How busy is the CPU, really?
Q:
In April's column you said that CPU usage is inaccurate -- but by
how much, and does it matter?
A: Error is minimal at high usage levels, but ranges up to 80 percent or more at low
levels. The problem is that usage is under reported, and the range of error
increases on faster CPUs.
At a real usage level of 5 percent busy, you'll often see vmstat reporting that
the system is only 1 percent busy -- under reporting by 80 percent
of the true value. You could also look at this as a 400 percent
error in the reported value.
As an example of the kind of problem this can cause, consider a system
planned to cope with a load of up
to 1000 users. If you measure the average process activity of the first
20 users, they only appear to use 1 percent of the system (but in
fact use 5 percent). There appears to be sufficient capacity for 2000 users,
but really there is only enough capacity for 400. As the total
user load increases, and the measurement error reduces, the amount
of CPU used by each user also appears to increase.

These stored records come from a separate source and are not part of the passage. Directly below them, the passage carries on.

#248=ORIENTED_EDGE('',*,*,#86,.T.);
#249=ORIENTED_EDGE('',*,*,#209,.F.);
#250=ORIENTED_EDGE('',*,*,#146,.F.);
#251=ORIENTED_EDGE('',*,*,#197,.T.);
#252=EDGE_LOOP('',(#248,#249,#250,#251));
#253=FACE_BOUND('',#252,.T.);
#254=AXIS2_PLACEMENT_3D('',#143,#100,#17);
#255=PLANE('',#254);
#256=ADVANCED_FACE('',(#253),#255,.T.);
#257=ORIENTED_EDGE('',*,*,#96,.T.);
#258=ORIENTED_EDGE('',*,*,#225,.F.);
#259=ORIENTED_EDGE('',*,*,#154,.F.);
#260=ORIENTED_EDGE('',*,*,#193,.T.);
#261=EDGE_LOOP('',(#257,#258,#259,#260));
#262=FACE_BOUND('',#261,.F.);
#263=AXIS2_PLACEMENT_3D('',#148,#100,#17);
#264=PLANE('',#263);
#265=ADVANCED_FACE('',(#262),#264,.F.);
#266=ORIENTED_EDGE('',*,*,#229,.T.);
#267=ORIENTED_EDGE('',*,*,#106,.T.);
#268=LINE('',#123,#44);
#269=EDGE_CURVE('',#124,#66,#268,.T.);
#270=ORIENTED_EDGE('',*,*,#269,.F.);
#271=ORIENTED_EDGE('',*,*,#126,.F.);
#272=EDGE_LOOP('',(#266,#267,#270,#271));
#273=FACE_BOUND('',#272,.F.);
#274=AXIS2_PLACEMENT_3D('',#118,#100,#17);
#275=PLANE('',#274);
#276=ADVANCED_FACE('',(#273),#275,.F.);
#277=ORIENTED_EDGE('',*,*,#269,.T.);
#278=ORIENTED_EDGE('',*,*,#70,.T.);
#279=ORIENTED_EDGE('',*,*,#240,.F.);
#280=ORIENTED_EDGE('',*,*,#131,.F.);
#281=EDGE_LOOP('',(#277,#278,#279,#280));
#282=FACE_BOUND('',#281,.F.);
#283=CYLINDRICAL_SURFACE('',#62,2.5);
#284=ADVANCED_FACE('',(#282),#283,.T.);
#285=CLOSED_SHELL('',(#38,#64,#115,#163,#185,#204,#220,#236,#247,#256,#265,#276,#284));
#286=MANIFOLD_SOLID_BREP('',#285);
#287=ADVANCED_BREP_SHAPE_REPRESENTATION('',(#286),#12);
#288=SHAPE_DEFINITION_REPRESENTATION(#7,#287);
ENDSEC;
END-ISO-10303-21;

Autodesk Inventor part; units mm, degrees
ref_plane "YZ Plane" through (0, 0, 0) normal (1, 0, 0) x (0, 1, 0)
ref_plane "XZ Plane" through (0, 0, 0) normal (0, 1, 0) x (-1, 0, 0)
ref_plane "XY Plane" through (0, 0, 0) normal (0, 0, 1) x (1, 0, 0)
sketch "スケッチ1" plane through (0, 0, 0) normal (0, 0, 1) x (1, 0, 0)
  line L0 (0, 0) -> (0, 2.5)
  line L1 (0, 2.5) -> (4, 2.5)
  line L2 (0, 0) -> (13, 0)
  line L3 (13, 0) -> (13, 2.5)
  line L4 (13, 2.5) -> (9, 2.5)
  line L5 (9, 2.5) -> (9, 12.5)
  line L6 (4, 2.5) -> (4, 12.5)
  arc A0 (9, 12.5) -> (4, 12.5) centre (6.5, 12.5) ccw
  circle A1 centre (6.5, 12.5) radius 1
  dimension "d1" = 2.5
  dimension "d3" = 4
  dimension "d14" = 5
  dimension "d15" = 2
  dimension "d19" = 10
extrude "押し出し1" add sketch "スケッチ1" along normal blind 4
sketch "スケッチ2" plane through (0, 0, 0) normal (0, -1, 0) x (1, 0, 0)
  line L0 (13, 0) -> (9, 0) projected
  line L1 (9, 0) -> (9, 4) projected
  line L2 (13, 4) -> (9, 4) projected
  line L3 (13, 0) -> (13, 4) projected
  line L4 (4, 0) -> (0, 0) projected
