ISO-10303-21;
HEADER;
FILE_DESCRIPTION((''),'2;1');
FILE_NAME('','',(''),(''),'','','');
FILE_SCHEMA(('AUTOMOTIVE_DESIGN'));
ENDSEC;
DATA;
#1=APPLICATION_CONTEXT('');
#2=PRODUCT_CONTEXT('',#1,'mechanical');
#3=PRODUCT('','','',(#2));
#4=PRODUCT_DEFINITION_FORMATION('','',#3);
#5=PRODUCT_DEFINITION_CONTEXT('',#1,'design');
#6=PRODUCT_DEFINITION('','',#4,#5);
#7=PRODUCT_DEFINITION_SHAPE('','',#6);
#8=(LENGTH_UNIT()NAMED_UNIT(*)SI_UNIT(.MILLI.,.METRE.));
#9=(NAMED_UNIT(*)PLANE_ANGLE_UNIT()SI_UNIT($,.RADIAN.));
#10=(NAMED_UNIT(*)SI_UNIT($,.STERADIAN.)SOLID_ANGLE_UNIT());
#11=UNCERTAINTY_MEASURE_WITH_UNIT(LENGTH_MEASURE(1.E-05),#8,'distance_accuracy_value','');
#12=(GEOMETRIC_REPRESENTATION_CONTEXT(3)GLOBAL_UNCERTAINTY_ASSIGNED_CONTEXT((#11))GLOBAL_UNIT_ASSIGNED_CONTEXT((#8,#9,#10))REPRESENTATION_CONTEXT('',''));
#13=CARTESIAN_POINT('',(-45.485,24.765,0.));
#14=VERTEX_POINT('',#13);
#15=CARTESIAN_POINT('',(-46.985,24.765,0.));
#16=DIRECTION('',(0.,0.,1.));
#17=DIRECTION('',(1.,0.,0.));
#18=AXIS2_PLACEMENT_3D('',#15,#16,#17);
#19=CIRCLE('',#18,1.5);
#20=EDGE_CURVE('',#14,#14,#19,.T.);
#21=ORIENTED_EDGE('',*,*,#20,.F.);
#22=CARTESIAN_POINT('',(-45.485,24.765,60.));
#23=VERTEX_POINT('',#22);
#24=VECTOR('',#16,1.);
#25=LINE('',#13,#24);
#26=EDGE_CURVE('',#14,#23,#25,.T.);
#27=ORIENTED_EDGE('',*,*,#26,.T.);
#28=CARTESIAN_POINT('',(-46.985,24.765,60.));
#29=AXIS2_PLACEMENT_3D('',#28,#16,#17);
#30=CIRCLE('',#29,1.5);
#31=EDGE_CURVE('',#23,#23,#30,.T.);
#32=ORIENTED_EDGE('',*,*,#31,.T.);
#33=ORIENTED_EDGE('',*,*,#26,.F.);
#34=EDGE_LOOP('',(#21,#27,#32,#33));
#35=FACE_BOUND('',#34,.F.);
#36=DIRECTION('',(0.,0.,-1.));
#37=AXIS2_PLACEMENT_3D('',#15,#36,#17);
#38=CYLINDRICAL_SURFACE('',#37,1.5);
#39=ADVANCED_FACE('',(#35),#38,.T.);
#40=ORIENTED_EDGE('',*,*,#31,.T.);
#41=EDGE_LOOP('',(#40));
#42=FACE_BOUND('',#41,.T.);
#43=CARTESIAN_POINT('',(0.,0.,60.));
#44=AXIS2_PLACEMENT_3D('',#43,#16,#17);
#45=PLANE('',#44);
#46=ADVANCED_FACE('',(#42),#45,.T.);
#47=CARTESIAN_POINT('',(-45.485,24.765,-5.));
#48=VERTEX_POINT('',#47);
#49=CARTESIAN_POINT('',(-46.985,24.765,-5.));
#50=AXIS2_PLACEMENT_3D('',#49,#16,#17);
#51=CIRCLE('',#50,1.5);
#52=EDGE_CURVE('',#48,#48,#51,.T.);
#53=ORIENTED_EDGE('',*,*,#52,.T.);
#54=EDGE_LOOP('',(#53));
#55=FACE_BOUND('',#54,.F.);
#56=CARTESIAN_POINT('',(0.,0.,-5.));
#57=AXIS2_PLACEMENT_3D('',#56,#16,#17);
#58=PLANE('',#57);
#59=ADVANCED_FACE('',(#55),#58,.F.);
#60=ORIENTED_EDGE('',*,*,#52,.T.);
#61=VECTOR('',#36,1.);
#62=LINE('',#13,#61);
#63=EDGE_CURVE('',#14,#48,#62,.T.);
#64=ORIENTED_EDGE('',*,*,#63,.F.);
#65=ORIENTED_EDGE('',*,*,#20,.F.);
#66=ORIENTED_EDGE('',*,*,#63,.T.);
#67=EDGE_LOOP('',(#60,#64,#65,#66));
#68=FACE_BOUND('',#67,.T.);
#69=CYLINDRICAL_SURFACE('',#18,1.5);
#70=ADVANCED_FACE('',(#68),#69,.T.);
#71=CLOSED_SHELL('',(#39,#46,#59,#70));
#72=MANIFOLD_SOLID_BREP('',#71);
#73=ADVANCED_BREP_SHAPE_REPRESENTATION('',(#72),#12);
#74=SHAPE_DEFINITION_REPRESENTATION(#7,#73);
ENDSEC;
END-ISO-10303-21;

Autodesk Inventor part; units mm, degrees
ref_plane "YZ Plane" through (0, 0, 0) normal (1, 0, 0) x (0, 1, 0)
ref_plane "XZ Plane" through (0, 0, 0) normal (0, 1, 0) x (-1, 0, 0)
ref_plane "Work Plane1" through (0, 0, 0) normal (0, 0, 1) x (1, 0, 0)
sketch "Sketch1" plane through (0, 0, 0) normal (0, 0, 1) x (1, 0, 0)
  circle A0 centre (-46.985, 24.765) radius 1.5
  point P0 (0, 0)
  dimension "d0" = 3
extrude "Extrusion1" add sketch "Sketch1" along normal blind 60 and the other way blind 5
thread "Thread1" size "M3x0.5" class "6g" standard "ANSI Metric M Profile" full length
properties part number "threaded-rod01"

I built a tool to measure the errors, collected data on a few
systems, and plotted the results. I would like to get more data, so
the tool has been folded into an updated copy of the process
monitoring update bundle. If you like, you can monitor accuracy on your own
systems and send me the results. I'll start with a more
detailed explanation of the problem, then describe the tool I built,
and show you plots of the initial results.
CPU usage measurements
Normally, CPU time is measured by
sampling, 100 times per second, the state of all CPUs at the clock interrupt.
Process scheduling employs the same clock interrupt used to measure CPU usage,
leading to systematic errors in the sampled data. Microstate accounting,
discussed in April's Performance Q&A, is much more accurate than sampled measurements.
To illustrate how errors occur, I'll excerpt the following example
from April's column:
Consider a performance monitor that wakes up every 10 seconds,
reads some data from the kernel, then prints the results and sleeps. On a fast
system, the total CPU time consumed per wake-up might be a few milliseconds.
On exit from the clock interrupt, the scheduler wakes up processes and kernel
threads that have been sleeping. Processes that sleep consume less than their
allotted CPU time-quanta and always run at the highest timeshare priority.
On a lightly loaded system there is no queue for access to the CPU, so
immediately after the clock interrupt, it's likely that the performance monitor will be
scheduled.Sign up for ITworld's Daily newsletter
Follow ITworld on Twitter @IT_world
jfruh
Apple syncing patent can't come soon enough
pasmith
New Twitter features borrow from 3rd party clients
Esther Schindler
Open Source Changes the Software Acquisition Process
mikelgan
How to set up continuous podcast play on the new iTunes
David Strom
Five important Windows 7 mobility features
sjvn
Guard your Wi-Fi for your own sake
Sandra Henry-Stocker
Grepping on Whole Words
Sidekick: The Good News & the Bad News
Either way you look at it Microsoft Data Center management did not follow standards or best practices in this failure. In which case it makes me wonder more about the outsourcing of corporate data much less personal data.
- mburton325
Join the conversation here
Quick, practical advice for IT pros. Made fresh daily.
Want to cash in on your IT savvy? Send your tip to tips@itworld.com. If we post it, we'll send you a $25 Amazon e-gift card.













where better to put for
where better to put for more responsible behavior than in services that in pocket reach: your mobile phone. Nokia is doing just that in an interesting extension oftheir iPhone silicone cases offering nokia silicone case and the tools, community, and a menu nice away.